In order to transmit data between XML and databases, mutual mapping needs to be performed between the document structure and the database structure. Such mappings are usually divided into two categories: template drivers and mode drivers.

5.2.1 Template drive mapping

In a template-driven map, there is no predefined mapping between the document structure and the database structure.

Instead, use the method of embedding the template within the command statement, let the data transmission middleware processes the template. For example, consider the following template (note that the template does not apply any actual product), in the element embeds the SELECT statement:

The Following Flights Have Available Seats:

Select Airline, FltNumber, Depart, Arrive from Flights

We Hope One of these Meets Your Needs

When the data transmission middleware processes the document, each Select statement will be replaced by the respective execution results to get the following XML format:

The Following Flights Have Available Seats:

ACME

123

DEC 12, 1998 13:43 DEC 13, 1998 01:21

...

We Hope One of these Meets Your Needs

This map-driven mapping can be flexible. For example, some products allow you to replace the content you want (including parameters in Select) in any result set, not simply simply in the example above. In addition, it also supports the use of programming, such as cyclic and conditional judgment structures. There are also a parameterization of the SELECT statement, such as passing the parameters by HTTP.

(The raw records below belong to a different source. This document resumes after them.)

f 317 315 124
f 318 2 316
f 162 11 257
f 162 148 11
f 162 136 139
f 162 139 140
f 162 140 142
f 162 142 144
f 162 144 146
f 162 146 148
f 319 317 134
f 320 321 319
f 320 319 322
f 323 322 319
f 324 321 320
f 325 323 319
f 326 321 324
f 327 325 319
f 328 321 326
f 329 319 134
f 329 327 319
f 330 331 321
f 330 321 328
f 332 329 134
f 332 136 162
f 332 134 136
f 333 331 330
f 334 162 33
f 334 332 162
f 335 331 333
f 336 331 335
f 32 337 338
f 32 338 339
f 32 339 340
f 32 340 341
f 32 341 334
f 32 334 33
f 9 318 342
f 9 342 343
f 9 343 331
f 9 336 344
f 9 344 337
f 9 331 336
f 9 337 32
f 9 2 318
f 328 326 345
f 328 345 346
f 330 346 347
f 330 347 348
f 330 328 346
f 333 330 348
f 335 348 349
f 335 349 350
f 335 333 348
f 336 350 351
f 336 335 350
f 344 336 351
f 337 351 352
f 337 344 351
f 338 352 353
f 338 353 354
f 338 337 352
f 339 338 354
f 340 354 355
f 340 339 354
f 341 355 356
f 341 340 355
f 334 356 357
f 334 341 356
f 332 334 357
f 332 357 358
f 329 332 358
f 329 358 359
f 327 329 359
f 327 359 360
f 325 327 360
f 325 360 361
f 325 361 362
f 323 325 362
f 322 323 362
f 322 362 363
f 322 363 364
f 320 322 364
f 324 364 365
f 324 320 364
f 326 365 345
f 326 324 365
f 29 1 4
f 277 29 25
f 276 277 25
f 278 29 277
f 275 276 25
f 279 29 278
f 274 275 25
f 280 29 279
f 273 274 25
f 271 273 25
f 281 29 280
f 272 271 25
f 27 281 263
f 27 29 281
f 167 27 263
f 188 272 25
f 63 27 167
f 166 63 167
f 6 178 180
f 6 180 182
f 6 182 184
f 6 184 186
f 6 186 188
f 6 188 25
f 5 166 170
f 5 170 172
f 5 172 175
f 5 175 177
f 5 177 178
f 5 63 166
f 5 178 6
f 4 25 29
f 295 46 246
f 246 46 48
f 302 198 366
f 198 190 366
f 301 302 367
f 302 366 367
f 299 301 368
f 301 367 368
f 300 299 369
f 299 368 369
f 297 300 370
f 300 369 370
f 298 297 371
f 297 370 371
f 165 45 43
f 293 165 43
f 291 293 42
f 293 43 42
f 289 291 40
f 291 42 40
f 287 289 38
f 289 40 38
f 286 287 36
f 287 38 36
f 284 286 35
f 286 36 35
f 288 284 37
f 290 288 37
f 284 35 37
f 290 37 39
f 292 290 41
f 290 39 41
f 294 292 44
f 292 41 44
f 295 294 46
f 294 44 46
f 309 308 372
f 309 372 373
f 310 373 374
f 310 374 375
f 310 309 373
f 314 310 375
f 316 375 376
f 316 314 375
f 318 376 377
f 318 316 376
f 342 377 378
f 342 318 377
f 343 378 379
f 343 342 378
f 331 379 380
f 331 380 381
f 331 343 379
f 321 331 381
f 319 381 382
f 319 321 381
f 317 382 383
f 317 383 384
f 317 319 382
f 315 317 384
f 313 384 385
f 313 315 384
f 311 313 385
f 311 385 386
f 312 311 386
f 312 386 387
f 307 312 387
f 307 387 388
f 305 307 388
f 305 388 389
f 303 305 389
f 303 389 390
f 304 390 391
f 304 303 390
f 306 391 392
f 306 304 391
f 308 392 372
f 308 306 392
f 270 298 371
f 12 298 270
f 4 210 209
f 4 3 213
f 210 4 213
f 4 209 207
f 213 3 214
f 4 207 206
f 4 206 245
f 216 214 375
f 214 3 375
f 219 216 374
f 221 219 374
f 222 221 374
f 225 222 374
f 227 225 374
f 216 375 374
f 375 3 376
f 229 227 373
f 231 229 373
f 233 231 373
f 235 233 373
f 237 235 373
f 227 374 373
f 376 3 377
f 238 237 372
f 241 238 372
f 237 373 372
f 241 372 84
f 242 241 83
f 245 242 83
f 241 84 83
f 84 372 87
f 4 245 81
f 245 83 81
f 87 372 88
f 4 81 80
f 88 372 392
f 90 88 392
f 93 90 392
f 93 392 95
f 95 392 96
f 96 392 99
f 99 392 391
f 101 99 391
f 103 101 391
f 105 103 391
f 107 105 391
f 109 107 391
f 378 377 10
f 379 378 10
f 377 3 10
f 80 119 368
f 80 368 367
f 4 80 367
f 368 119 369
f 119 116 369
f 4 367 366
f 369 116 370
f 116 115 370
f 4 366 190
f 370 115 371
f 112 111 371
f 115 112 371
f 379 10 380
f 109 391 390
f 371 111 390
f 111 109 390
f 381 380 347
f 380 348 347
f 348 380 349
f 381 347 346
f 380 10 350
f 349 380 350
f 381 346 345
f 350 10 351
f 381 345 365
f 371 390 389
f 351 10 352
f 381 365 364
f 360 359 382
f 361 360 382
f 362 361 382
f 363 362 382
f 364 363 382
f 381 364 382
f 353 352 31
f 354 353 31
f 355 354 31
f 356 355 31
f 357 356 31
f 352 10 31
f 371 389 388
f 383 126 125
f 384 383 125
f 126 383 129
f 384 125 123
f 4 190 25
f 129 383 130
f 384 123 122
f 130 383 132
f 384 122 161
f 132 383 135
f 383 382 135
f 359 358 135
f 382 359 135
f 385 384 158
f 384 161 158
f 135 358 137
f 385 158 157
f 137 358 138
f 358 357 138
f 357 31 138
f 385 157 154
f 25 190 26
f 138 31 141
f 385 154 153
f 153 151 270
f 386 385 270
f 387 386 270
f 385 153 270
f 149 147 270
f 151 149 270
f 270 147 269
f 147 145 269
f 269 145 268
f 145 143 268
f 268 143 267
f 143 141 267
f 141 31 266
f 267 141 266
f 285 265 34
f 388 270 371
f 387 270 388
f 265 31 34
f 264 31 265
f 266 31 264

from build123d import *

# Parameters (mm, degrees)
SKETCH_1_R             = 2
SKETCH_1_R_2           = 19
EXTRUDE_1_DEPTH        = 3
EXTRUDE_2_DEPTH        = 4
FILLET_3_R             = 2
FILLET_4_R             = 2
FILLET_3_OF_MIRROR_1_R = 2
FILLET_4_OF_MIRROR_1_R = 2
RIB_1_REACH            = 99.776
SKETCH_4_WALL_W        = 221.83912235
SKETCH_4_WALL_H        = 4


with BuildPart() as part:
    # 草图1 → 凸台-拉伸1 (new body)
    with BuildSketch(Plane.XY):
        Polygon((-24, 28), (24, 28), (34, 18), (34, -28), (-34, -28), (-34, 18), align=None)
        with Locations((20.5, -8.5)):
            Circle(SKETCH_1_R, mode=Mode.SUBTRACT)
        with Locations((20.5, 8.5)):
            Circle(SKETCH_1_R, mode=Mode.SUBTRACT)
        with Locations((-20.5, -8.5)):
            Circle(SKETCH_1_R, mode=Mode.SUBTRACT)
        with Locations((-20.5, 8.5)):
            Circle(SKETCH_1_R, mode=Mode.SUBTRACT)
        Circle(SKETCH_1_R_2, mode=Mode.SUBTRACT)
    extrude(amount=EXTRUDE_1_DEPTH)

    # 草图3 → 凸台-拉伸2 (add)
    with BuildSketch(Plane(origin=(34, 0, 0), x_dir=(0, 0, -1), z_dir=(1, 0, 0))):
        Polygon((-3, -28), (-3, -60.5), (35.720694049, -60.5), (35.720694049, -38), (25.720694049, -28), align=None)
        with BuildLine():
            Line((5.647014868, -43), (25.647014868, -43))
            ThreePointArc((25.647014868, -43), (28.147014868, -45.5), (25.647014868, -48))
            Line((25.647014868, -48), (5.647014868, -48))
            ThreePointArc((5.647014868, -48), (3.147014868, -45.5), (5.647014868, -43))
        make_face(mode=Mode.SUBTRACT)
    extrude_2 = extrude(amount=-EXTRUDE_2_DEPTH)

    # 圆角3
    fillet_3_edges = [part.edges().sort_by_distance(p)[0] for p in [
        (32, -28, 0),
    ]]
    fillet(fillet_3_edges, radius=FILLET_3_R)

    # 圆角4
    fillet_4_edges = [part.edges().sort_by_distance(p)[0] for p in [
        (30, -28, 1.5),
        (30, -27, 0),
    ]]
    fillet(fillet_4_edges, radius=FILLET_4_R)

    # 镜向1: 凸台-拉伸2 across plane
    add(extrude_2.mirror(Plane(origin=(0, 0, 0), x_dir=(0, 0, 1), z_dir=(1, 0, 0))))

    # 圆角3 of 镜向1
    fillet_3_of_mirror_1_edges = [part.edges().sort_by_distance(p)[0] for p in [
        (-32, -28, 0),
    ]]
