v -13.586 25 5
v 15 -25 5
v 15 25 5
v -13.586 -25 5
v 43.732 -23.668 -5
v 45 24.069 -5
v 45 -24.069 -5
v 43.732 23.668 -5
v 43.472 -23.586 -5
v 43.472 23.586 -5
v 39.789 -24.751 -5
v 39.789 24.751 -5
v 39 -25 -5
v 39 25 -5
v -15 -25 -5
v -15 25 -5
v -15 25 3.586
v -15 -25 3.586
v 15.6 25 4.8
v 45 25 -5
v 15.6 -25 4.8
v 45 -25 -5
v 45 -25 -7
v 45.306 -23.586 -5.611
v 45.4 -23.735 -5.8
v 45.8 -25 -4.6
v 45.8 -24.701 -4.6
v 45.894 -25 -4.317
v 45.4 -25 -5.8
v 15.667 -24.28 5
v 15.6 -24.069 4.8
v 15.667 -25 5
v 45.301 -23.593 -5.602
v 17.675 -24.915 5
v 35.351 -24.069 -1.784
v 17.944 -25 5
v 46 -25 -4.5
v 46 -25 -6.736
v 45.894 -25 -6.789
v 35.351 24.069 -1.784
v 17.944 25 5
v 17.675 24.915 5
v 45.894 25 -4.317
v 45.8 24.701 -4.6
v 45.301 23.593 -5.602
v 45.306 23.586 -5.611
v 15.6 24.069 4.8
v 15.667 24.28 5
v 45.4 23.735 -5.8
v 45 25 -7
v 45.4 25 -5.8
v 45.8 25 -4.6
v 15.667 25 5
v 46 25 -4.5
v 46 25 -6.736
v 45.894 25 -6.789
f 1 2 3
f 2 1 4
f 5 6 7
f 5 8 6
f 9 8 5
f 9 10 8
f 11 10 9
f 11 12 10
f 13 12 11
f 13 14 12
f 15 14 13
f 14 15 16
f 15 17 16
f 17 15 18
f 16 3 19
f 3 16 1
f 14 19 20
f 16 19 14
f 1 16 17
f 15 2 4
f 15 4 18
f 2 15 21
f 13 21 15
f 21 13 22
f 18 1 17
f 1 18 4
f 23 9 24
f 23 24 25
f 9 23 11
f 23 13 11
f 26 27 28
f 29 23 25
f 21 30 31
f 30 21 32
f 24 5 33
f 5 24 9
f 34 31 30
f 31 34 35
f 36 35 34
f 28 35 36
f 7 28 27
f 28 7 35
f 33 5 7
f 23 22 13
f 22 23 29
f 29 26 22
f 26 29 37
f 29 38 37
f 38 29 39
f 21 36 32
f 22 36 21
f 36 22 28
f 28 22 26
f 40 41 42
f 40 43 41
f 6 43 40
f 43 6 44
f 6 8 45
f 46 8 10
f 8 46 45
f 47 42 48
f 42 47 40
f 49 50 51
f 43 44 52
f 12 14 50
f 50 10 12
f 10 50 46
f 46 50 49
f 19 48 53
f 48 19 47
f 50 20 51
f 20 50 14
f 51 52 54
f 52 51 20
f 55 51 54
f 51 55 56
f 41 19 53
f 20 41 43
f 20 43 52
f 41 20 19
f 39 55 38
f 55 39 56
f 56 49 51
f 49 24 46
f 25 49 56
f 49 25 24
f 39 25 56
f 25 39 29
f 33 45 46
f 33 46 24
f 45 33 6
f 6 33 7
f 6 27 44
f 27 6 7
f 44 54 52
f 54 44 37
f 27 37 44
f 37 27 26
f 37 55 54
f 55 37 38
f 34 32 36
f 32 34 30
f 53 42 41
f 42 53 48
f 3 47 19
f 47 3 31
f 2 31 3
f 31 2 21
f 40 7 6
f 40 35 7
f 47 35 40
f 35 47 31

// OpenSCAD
// Charger tray with wedge
module charger_tray(height, width, tray_length, wedge_length, chamfer) {
    difference() {
        // Main charger tray body
        cube([tray_length, width, height], center=true);
        // Chamfered edge on the side opposite the wedge
        translate([-tray_length/2, 0, height/2])
        rotate([0, 45, 0])
        cube([chamfer, width, chamfer], center=true);
    }
    
    // Wedge
    translate([tray_length/2, 0, -height/2])
    rotate([90, 0, 0])
    wedge(wedge_length, width, height, chamfer);
}

// Wedge for the charger tray
module wedge(length, width, height, chamfer) {
    linear_extrude(height = width, center = true)
    polygon([
        [0, height],
        [length, 0],
        [0, 0],
    ]);

    wedge_angle = atan(length / height);
    wedge_hypotenuse = sqrt(length * length + height * height);

    // Edge blends
    difference() {
        union() {
            difference() {
            translate([length, -chamfer, width/2])
            rotate([0, 45, wedge_angle])
            cube([chamfer, wedge_hypotenuse, chamfer]);
            translate([length, -chamfer, width/2])
            rotate([0, 0, wedge_angle])
                cube([chamfer*2, wedge_hypotenuse+2, chamfer]);
            }

            difference() {
            translate([length, -chamfer, -width/2])
            rotate([0, 45, wedge_angle])
            cube([chamfer, wedge_hypotenuse, chamfer]);
            translate([length, -chamfer, -width/2-chamfer])
            rotate([0, 0, wedge_angle])
                cube([chamfer*2, wedge_hypotenuse+2, chamfer]);
            }

            difference() {
            translate([length, 0, -width/2])
            rotate([90, 0, wedge_angle-45])
            cube([chamfer, width, chamfer]);
            translate([length+chamfer/2, chamfer, -width/2])
            rotate([90, 0, 0])
            cube([chamfer, width, chamfer*2]);
            }
        }
    translate([0, height+chamfer, -width/2])
    rotate([90, 0, 0])
    cube([chamfer*2, width, chamfer]);
}
}

charger_tray(10, 50, 30, 30, 2);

Currently, the template-driven mapping only supports the conversion from a relational database into an XML document.

5.2.2 Model Drive Map

In a model-driven map, the data model corresponding to the XML document structure will be explicitly or implicitly mapped into the structure of the database, and vice versa. Its disadvantage is that flexibility is not enough, but it is easy to use because it is based on a specific data model to map, and it is usually possible to achieve many conversion work for users. Since the result of converting data from the database into XML, according to the single model,

Therefore, in this manner, in this manner, the flexibility in the system of the template-driven system is typically combined.

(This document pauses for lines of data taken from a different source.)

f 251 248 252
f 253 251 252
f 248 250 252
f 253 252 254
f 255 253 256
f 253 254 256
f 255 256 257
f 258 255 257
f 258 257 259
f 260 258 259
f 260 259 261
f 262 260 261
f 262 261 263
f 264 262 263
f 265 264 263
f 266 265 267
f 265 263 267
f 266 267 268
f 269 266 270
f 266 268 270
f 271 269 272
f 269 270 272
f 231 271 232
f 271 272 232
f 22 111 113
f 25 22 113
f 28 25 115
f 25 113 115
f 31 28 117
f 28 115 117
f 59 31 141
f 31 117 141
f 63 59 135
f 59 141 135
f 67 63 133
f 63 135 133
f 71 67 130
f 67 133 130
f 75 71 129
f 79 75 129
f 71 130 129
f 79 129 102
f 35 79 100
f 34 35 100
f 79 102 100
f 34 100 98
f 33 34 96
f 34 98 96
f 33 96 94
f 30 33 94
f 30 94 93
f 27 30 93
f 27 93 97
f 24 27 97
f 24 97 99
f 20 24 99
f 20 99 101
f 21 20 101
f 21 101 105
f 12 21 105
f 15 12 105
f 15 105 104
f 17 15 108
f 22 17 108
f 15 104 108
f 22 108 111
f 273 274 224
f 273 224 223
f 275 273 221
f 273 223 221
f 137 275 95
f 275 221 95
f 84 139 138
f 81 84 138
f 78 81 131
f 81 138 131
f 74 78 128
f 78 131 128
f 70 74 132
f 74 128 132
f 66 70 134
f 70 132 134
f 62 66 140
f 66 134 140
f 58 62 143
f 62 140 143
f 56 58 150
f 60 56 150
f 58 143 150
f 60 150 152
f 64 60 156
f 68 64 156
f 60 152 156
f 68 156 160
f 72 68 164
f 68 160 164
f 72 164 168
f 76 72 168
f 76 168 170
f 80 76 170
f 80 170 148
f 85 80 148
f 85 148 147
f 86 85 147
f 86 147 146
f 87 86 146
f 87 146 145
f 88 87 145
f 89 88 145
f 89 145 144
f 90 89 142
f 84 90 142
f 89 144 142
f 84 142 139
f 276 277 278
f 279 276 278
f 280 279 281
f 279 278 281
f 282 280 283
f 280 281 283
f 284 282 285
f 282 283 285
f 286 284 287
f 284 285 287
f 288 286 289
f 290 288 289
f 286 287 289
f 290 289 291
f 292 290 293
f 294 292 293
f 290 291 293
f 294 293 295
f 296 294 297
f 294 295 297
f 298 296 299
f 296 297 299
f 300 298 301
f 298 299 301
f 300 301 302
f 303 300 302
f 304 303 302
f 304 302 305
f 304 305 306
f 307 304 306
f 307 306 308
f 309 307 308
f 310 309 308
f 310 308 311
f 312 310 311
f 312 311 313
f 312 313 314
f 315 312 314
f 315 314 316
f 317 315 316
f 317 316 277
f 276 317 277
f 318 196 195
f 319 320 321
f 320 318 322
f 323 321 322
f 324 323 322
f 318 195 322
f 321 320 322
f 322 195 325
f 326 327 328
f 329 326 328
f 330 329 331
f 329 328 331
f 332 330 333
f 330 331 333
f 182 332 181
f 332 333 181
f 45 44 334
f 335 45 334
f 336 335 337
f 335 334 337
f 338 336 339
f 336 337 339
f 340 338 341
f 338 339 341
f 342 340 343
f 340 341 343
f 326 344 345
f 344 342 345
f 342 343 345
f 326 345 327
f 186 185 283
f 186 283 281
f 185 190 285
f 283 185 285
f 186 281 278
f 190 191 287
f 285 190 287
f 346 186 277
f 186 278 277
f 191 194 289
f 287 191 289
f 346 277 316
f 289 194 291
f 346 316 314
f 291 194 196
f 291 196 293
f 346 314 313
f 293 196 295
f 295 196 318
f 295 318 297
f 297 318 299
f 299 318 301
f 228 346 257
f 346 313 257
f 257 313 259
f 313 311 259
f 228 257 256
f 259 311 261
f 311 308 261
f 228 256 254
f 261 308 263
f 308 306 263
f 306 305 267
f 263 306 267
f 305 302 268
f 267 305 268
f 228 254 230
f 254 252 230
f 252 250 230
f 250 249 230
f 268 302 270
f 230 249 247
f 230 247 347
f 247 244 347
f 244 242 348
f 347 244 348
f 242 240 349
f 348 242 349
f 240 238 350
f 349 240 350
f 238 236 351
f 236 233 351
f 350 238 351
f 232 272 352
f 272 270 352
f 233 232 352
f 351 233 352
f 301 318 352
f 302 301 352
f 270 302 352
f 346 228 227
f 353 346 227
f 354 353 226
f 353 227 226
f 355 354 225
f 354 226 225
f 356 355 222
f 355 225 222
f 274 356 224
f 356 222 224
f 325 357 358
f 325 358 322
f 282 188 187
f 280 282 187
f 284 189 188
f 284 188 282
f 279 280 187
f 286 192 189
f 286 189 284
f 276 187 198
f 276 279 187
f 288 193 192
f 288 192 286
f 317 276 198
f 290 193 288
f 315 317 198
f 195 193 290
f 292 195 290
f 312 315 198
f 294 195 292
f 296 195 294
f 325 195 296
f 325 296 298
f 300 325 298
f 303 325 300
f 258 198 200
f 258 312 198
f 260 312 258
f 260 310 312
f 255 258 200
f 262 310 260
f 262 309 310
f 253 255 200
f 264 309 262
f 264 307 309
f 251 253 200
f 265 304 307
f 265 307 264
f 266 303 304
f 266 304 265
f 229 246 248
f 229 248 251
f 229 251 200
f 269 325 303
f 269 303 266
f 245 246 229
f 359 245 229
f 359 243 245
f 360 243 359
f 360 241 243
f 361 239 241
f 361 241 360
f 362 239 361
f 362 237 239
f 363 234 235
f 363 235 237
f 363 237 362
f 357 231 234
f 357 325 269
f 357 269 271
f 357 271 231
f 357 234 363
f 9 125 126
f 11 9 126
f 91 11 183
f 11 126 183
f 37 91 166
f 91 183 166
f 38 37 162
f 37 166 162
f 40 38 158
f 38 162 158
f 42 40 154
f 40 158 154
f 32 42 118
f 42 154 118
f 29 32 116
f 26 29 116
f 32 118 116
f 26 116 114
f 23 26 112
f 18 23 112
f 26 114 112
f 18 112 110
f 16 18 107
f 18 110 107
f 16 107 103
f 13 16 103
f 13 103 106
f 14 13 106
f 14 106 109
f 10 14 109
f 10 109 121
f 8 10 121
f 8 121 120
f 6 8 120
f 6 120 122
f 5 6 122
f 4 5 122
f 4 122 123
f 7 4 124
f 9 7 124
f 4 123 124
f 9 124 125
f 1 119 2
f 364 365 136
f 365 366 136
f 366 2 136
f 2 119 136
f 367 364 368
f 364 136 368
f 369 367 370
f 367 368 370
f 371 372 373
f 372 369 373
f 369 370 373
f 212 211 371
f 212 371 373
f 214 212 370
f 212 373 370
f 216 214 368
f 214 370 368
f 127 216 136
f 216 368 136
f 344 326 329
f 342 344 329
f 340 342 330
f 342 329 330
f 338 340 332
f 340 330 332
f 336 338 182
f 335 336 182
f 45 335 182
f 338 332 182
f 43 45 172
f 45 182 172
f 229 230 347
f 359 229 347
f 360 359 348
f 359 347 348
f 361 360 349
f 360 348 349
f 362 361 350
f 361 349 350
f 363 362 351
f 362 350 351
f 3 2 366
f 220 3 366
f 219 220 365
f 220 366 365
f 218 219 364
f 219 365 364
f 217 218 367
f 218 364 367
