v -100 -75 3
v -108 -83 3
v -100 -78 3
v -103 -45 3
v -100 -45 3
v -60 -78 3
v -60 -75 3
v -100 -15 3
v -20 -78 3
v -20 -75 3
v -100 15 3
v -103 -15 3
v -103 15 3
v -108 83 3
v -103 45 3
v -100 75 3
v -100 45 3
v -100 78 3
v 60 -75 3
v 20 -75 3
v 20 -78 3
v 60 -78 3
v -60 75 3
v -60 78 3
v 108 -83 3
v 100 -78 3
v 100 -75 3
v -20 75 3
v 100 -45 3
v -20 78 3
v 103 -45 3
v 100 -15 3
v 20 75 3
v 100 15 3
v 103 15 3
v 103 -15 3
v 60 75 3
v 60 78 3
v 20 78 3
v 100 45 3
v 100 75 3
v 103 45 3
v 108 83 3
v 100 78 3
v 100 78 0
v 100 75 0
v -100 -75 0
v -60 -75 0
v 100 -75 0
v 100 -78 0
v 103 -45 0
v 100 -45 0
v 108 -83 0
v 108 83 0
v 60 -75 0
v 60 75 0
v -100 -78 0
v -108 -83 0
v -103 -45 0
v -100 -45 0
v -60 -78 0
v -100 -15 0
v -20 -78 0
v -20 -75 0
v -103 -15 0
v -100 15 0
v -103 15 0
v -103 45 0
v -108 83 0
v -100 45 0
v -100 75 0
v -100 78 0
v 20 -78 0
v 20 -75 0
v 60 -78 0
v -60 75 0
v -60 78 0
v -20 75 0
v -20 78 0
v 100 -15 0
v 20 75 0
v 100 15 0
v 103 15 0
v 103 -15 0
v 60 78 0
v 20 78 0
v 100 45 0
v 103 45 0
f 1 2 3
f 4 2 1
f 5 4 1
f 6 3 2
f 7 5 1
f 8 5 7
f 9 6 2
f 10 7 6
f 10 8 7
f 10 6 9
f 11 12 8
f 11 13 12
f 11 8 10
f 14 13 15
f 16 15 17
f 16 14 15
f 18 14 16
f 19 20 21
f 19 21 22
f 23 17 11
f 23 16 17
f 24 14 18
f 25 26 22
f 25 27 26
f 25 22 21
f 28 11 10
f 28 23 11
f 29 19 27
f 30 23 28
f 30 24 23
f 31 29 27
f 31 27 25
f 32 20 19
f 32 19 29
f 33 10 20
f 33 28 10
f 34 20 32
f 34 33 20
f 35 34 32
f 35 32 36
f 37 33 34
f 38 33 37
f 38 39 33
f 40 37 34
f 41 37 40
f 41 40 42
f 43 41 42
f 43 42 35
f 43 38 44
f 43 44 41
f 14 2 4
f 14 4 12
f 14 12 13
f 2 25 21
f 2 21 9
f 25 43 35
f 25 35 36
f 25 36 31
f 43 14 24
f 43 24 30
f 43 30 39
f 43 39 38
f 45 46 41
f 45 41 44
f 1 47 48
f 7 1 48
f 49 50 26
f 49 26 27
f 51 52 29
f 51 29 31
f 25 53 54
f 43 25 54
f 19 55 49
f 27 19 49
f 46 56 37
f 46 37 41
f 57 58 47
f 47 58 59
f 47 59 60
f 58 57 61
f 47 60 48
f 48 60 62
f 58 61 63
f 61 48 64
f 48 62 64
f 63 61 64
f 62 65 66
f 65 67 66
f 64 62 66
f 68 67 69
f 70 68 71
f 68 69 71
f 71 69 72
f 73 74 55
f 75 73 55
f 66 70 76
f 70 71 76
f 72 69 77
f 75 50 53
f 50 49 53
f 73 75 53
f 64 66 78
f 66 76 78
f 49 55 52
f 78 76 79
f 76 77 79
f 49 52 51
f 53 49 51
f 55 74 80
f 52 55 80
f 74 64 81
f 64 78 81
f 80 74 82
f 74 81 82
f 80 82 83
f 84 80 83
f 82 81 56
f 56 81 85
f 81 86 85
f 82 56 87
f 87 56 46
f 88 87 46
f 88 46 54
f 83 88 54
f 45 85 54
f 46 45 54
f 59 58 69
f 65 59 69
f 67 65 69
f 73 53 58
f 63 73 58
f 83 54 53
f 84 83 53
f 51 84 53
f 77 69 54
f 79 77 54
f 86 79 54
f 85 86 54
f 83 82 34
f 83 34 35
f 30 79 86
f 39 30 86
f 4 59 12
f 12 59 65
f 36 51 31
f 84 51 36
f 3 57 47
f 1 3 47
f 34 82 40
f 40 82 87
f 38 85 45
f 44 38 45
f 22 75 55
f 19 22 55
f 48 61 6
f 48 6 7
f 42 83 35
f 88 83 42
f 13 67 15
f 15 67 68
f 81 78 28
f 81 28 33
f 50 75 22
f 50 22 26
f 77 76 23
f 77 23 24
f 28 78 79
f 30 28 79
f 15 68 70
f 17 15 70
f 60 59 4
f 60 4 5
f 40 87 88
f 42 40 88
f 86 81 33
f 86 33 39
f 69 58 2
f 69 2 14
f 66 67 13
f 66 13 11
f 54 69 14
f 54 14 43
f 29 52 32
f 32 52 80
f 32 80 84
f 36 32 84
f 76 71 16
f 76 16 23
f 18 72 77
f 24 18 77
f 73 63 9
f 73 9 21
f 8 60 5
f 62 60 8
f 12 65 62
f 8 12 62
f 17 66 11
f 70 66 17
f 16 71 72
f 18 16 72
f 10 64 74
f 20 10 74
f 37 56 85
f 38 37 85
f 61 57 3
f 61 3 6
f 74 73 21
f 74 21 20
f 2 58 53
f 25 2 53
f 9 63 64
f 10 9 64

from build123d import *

# Parameters (mm, degrees)
SKETCH1_W           = 216
SKETCH1_H           = 166
SKETCH1_W_2         = 40
SKETCH1_H_2         = 3
SKETCH1_W_3         = 3
SKETCH1_H_3         = 30
BOSS_EXTRUDE1_DEPTH = 3


with BuildPart() as part:
    # Sketch1 → Boss-Extrude1 (new body)
    with BuildSketch(Plane.XY):
        Rectangle(SKETCH1_W, SKETCH1_H)
        with Locations((-80, 76.5)):
            Rectangle(SKETCH1_W_2, SKETCH1_H_2, mode=Mode.SUBTRACT)
        with Locations((80, 76.5)):
            Rectangle(SKETCH1_W_2, SKETCH1_H_2, mode=Mode.SUBTRACT)
        with Locations((101.5, 30)):
            Rectangle(SKETCH1_W_3, SKETCH1_H_3, mode=Mode.SUBTRACT)
        with Locations((80, -76.5)):
            Rectangle(SKETCH1_W_2, SKETCH1_H_2, mode=Mode.SUBTRACT)
        with Locations((-101.5, 30)):
            Rectangle(SKETCH1_W_3, SKETCH1_H_3, mode=Mode.SUBTRACT)
        with Locations((0, 76.5)):
            Rectangle(SKETCH1_W_2, SKETCH1_H_2, mode=Mode.SUBTRACT)
        with Locations((101.5, -30)):
            Rectangle(SKETCH1_W_3, SKETCH1_H_3, mode=Mode.SUBTRACT)
        with Locations((0, -76.5)):
            Rectangle(SKETCH1_W_2, SKETCH1_H_2, mode=Mode.SUBTRACT)
        with Locations((-80, -76.5)):
            Rectangle(SKETCH1_W_2, SKETCH1_H_2, mode=Mode.SUBTRACT)
        with Locations((-101.5, -30)):
            Rectangle(SKETCH1_W_3, SKETCH1_H_3, mode=Mode.SUBTRACT)
    extrude(amount=BOSS_EXTRUDE1_DEPTH)


solid = part.part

Data views in XML documents typically have two models: Table models and specific data object models. Other models may sometimes appear. For example, by adopting ID and IDREF properties, an XML document can be used to specify a graphic. However, many existing middleware do not support these models.

5.2.2.1 Table model

Many middleware packages are converted between XML and relational databases. It looks like an XML model as a single table or a series of forms. That is, the structure of the XML document is similar to the following example, where in the case of a single table, does not appear:

...

The term "table" is understood to be a single result set (when converting data from the database), or a separate table or updatable view (when converting data from XML). If the data needs from multiple result sets (when the data is from the database) or a collection of a series of tables (when the data to the database) is reached, the XML document contains a deeper nesting element, then similar The conversion is almost impossible.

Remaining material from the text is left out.